Mardin 2. Asliye Hukuk Mahkemesi'nin 19/09/2018 tarih ve 2017/193 esas ve 2018/518 karar sayılı kararı aleyhine davalılar vekili istinaf başvurusunda bulunduğundan dosyanın yapılan incelemesi sonunda;

GEREĞİ DÜŞÜNÜLDÜ;

Davacılar vekili dava dilekçesinde özetle; arsa maliklerinden olan davacı müvekkilleri ile davalı müteahhitler arasında 02/07/2013 tarihinde Mardin 1. Noterliğinde ... yevmiye numarası ile kat karşılığı inşaat sözleşmesi akdedildiğini, bu sözleşme uyarınca davacı olan müvekkillerinin hissedarı oldukları 13 Mart Mah. ...... parsel nolu arsa üzerinde bulunan apartmanlar yıkılarak yeniden sözleşmede yer alan özel hükümler uyarınca inşa edileceğini, taraflar arasında iş bu sözleşme akdedildikten sonra davalı müteahhitler tarafından mevcut iki apartman yıkılarak yeniden 2 bloktan oluşan yapıların inşasına başlandığını, müteahhitlerin iş bu daireleri ve yapıları sözleşmede belirtilen şartlara uygun bir şekilde ve de sözleşmede öngörülen sürede teslim edilemediğini, davalı müteahhitlerce inşa edilen yapılarda bulunan daireler arasında fazlaca ve rahatsız edici seslerin duyulması üzerine ses yalıtımının kötü olduğunun müvekkilleri Y... A... ve C...S... tarafından anlaşıldığını, duvar kalınlıklarının sözleşmenin teknik şartnamesine uymadığını, müvekkilleri tarafından binanın bölüşülmesi konusunda sözleşmede belirtildiği gibi net 150 metrekare olmadığını, yaklaşık 137 metrekare olduğunu, sözleşmede yer almasına rağmen binada doğalgaz tesisatının bulunmadığını, binanın giriş duvarlarına ve zeminine mermer döşeneceği belirtilmiş ise de döşenmediğini, dairelerin müvekkillerine 6 ay geç teslim edildiğini beyan ederek fazlaya ilişkin hakları saklı kalmak kaydıyla 100,00 TL'nin davalılardan müştereken ve müteselsilen tahsiline, yargılama giderleri ve vekalet ücretinin davalı tarafa bırakılmasına karar verilmesini talep  etmiştir.

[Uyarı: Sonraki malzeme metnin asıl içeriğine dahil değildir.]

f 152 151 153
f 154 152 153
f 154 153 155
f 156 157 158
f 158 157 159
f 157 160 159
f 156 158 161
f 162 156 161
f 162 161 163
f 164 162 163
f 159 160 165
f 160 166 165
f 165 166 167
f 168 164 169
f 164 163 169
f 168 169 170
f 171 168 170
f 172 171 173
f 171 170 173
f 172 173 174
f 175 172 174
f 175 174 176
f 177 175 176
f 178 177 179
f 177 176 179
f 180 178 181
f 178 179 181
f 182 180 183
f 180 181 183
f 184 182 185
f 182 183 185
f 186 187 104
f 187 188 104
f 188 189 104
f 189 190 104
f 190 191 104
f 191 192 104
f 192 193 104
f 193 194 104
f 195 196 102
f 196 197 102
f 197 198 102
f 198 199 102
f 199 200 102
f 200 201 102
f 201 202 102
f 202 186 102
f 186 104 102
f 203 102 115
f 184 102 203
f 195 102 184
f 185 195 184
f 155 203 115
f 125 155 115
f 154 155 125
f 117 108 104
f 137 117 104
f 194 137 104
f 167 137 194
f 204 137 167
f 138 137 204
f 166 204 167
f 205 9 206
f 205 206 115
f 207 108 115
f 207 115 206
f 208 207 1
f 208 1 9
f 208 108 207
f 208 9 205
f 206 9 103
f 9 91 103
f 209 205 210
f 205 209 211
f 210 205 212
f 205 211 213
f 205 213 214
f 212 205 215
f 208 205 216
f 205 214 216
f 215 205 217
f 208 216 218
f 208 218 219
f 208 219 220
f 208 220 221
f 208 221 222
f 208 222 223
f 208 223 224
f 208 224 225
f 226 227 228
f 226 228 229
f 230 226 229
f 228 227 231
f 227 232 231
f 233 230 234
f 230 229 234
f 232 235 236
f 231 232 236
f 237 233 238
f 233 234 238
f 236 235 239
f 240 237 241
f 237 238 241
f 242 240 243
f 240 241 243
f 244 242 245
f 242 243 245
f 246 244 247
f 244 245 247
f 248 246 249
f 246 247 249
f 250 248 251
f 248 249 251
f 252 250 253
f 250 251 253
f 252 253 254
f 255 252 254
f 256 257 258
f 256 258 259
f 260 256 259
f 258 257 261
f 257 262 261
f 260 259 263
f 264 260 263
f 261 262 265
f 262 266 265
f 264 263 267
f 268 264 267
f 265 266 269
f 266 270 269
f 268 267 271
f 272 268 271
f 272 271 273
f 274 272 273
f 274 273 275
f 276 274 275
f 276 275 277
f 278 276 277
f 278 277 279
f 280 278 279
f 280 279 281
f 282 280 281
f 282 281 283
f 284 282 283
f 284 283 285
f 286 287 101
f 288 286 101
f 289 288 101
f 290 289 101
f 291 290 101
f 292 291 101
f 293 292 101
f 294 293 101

Davacı vekili ıslah dilekçesi ile dava değerini toplamda 64.860,51 TL ‘ye çıkardığını beyan etmiştir.

Davalı vekili cevap dilekçesinde özetle; dava dilekçesini kabul etmediklerini, davacı tarafın iddialarının gerçeği yansıtmadığını,  üye sayısı 20 olan bu inşaat sözleşmesinde sadece art niyetle hareket eden ve birbirini tanıyan üç kişinin iş bu davayı açması bile kötü niyetle hareket ettiklerinin en açık kanıtı olduğunu, dairelerin teknik şartnameye uygun olarak teslim edildiğini, ses yalıtımının kötü olduğu hususunun gerçeği yansıtmadığını, dairelerin metrekarelerinin eksik olduğunun davacılar tarafından haricen yapılan ölçümle belirlendiğini, bu hususu kabul etmediklerini, bilirkişi marifetiyle dairelerin metrekarelerinin tespit edilmesi gerektiğini, doğalgaz tesistının döşenmesinin alanında uzman ve sertifikası bulunan şirketler tarafından projelendirildikten sonra döşenmekte olup inşaatların teslim tarihinde Mardin'de doğalgaz akımı ile ilgili bir çalışma bulunmadığını, bina girişi, duvarlar ve zeminin mermer ile döşeneceği hususunun gerçeği yansıtmadığını, müvekkillerinin ekstra donanımlar ve eklentilerle dairleri donattıklarını, dairenin 6 ay geç teslim edilmesinin terör olayları gibi mücbir sebeplere dayandığını belirterek davanın reddini talep etmiş yargılama giderleri ve vekalet ücretinin davacılar üzerine bırakılmasına karar verilmesini talep etmiştir.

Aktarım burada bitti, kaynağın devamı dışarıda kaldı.